** Task to carry out **
Below is a listing. Quote from it, exactly, the lines from the one containing "#124=PLANE('',#123);" down to the one containing "#131=ORIENTED_EDGE('',*,*,#78,.F.);", both ends included, and nothing else.

** The data **
- - - -

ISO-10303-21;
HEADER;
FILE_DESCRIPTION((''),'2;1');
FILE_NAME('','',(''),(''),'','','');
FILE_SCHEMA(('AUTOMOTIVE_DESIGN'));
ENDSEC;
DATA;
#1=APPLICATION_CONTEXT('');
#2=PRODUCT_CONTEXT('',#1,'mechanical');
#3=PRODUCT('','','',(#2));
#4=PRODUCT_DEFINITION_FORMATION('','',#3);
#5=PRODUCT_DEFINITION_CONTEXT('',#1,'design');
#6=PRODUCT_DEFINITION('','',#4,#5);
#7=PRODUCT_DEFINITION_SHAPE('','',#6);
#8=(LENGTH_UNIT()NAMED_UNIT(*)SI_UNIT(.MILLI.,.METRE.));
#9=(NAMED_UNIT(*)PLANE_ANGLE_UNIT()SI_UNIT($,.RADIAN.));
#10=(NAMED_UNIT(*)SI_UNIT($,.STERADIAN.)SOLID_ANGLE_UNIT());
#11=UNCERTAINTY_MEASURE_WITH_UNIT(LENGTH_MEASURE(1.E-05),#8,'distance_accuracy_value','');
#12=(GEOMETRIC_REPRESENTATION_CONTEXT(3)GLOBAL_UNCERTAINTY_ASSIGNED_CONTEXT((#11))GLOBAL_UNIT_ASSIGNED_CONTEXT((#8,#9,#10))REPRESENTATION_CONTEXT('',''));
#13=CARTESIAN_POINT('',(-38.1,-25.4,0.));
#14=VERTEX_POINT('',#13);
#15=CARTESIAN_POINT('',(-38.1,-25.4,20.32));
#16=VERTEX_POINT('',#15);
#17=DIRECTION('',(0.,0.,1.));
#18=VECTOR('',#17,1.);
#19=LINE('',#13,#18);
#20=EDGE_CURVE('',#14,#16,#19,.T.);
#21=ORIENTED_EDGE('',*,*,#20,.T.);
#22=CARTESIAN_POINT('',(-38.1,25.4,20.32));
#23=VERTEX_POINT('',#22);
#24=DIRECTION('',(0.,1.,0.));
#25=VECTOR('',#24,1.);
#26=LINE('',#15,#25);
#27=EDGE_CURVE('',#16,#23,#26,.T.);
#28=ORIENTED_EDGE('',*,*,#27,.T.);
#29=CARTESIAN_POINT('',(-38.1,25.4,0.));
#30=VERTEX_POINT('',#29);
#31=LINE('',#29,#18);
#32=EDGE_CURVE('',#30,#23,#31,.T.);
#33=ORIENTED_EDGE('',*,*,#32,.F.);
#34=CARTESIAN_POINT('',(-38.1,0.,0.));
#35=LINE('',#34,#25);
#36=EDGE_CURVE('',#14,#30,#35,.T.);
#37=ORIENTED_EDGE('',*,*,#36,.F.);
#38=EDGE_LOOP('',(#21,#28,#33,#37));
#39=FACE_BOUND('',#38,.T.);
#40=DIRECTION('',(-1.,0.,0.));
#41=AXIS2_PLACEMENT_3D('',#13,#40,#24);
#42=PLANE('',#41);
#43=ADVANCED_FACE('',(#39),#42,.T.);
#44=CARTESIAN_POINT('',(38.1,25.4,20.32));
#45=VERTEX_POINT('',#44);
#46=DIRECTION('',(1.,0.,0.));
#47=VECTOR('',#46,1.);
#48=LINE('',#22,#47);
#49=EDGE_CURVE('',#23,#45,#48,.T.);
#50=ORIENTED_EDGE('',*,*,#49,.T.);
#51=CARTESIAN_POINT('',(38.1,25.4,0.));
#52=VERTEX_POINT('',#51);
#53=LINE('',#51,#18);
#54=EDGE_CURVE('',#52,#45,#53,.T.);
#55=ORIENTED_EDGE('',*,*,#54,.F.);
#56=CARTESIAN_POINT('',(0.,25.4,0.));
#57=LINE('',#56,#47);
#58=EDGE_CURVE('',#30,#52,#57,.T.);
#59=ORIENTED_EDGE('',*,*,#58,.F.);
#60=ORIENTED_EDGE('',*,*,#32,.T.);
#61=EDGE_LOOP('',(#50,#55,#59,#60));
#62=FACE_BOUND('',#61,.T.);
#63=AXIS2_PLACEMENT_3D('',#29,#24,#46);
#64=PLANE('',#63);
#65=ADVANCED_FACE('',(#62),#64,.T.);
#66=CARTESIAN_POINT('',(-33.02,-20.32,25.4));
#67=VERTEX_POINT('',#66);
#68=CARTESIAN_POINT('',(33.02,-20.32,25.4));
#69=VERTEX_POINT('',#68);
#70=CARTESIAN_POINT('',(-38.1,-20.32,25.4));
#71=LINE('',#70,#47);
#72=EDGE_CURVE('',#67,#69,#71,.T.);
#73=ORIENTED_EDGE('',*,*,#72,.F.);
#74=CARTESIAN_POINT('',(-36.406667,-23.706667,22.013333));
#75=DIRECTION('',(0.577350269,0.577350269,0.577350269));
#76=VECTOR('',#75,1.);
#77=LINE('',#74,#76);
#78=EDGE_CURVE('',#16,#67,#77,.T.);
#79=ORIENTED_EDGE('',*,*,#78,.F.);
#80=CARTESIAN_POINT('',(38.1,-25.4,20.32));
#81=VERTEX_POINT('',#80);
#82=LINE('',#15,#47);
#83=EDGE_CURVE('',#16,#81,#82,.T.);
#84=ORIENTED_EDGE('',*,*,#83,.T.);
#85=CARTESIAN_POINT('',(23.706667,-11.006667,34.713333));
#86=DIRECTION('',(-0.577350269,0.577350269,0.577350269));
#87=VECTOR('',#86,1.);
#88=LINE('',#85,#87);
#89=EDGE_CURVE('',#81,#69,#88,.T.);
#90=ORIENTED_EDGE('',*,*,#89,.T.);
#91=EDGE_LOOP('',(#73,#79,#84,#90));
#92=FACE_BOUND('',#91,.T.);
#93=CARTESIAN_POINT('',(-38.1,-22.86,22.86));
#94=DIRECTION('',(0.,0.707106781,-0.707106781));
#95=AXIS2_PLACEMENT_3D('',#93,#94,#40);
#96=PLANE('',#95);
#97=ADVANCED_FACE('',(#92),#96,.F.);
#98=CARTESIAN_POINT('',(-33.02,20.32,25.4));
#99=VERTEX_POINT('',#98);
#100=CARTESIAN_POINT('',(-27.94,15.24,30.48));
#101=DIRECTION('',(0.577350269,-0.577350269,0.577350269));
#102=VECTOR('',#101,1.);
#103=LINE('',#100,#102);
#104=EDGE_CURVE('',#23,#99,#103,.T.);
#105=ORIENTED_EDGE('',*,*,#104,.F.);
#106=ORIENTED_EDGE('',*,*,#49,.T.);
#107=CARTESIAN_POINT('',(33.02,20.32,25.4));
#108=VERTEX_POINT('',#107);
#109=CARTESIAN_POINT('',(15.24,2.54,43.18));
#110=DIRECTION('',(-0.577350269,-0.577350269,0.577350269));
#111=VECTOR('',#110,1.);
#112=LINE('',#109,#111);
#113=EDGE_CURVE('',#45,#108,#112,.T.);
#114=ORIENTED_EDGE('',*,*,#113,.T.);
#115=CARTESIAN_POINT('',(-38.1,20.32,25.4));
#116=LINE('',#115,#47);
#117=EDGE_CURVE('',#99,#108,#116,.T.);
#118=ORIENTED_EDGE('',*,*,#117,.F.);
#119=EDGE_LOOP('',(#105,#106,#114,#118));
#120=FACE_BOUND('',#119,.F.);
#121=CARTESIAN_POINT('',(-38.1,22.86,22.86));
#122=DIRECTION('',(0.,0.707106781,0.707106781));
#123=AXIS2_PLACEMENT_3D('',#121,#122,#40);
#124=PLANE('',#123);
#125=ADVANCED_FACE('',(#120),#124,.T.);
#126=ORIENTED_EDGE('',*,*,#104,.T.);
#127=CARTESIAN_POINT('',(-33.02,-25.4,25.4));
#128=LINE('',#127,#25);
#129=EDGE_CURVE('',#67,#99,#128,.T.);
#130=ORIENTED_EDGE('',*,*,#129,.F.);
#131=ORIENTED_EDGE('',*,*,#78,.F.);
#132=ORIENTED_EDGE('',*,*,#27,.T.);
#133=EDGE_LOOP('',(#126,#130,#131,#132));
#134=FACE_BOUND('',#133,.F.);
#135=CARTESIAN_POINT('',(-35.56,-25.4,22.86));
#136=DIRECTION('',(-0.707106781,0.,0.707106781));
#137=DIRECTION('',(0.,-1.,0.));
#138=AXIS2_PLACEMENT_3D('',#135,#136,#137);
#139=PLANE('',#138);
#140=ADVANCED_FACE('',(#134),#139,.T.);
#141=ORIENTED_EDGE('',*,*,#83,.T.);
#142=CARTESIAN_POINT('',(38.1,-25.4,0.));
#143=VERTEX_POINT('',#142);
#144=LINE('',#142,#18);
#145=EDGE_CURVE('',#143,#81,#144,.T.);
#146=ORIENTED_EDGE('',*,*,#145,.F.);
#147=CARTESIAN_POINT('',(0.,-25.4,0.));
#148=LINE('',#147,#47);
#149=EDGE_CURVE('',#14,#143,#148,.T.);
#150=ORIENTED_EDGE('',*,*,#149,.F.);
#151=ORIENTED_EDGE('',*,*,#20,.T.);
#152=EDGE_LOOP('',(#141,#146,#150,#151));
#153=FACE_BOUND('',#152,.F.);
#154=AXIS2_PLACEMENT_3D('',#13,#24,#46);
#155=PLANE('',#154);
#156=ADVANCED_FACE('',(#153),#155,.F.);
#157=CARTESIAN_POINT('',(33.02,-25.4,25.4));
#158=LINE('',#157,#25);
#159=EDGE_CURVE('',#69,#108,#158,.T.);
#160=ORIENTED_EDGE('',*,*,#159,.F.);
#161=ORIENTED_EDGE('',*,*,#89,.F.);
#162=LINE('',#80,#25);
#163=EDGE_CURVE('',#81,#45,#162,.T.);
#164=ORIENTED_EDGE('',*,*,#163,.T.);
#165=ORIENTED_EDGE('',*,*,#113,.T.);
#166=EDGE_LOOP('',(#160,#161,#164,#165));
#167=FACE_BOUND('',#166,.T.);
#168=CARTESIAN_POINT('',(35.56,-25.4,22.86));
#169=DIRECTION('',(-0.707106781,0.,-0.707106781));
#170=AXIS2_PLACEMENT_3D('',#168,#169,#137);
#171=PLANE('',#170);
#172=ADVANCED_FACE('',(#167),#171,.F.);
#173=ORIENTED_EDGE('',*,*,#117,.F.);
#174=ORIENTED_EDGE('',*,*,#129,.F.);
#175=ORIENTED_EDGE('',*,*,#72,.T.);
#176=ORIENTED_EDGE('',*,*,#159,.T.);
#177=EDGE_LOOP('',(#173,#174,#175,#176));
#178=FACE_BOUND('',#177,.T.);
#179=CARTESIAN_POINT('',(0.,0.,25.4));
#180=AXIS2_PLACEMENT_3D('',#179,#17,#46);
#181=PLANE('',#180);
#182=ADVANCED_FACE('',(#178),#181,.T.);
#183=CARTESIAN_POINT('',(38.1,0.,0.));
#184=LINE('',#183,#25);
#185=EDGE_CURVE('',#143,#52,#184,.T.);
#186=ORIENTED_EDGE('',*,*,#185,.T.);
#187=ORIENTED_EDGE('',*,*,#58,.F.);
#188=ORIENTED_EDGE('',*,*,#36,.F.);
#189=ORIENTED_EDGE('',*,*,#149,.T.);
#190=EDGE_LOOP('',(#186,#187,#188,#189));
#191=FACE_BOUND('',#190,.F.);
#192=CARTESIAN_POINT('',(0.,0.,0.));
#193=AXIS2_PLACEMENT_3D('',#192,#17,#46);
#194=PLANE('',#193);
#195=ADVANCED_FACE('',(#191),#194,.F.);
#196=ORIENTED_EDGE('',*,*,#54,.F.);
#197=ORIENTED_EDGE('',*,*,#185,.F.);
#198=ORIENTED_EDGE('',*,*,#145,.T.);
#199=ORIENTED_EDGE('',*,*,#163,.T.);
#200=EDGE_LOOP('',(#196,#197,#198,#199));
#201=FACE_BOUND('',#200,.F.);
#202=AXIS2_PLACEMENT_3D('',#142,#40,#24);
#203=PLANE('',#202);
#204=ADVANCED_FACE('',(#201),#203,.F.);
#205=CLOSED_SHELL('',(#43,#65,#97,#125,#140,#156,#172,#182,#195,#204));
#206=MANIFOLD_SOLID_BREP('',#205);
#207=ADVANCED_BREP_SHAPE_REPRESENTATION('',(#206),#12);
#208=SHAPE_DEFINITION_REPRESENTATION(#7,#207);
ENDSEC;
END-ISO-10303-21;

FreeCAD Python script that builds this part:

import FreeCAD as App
import Part
import Sketcher
Q = App.Units.Quantity


def edges_at(feature, points):
    """Names of the edges that pass closest to the given points."""
    edges = feature.Shape.Edges
    near = lambda p: min(range(len(edges)), key=lambda i: edges[i].distToShape(Part.Vertex(*p))[0])
    return sorted({f"Edge{near(p) + 1}" for p in points})

doc = App.newDocument("Part")
body = doc.addObject("PartDesign::Body", "Body")

# Sketch on XY plane
sketch1 = doc.addObject("Sketcher::SketchObject", "Sketch")
body.addObject(sketch1)
sketch1.AttachmentSupport = (doc.XY_Plane, [""])
sketch1.MapMode = "FlatFace"
sketch1.addGeometry([
    Part.LineSegment(App.Vector(-38, 25, 0), App.Vector(-38, -25, 0)),
    Part.LineSegment(App.Vector(-38, -25, 0), App.Vector(38, -25, 0)),
    Part.LineSegment(App.Vector(38, -25, 0), App.Vector(38, 25, 0)),
    Part.LineSegment(App.Vector(38, 25, 0), App.Vector(-38, 25, 0)),
], False)
sketch1.addConstraint([
    Sketcher.Constraint("Coincident", 0, 2, 1, 1),
    Sketcher.Constraint("Coincident", 1, 2, 2, 1),
    Sketcher.Constraint("Coincident", 2, 2, 3, 1),
    Sketcher.Constraint("Coincident", 3, 2, 0, 1),
    Sketcher.Constraint("Vertical", 0),
    Sketcher.Constraint("Horizontal", 1),
    Sketcher.Constraint("Vertical", 2),
    Sketcher.Constraint("Horizontal", 3),
    Sketcher.Constraint("Symmetric", 0, 2, 2, 2, -1, 1),
    Sketcher.Constraint("DistanceX", 1, 1, 1, 2, Q("3 in")),
    Sketcher.Constraint("DistanceY", 0, 2, 0, 1, Q("2 in")),
])
pad1 = doc.addObject("PartDesign::Pad", "Pad")
body.addObject(pad1)
pad1.Profile = sketch1
pad1.Length = Q("1 in")
doc.recompute()

chamfer = doc.addObject("PartDesign::Chamfer", "Chamfer")
body.addObject(chamfer)
chamfer.Base = (pad1, edges_at(pad1, [
    (-38.1, 0, 25.4),
    (0, -25.4, 25.4),
    (38.1, 0, 25.4),
    (0, 25.4, 25.4),
]))
chamfer.Size = Q("0.2 in")

doc.recompute()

- - - -

** Solution below **
#124=PLANE('',#123);
#125=ADVANCED_FACE('',(#120),#124,.T.);
#126=ORIENTED_EDGE('',*,*,#104,.T.);
#127=CARTESIAN_POINT('',(-33.02,-25.4,25.4));
#128=LINE('',#127,#25);
#129=EDGE_CURVE('',#67,#99,#128,.T.);
#130=ORIENTED_EDGE('',*,*,#129,.F.);
#131=ORIENTED_EDGE('',*,*,#78,.F.);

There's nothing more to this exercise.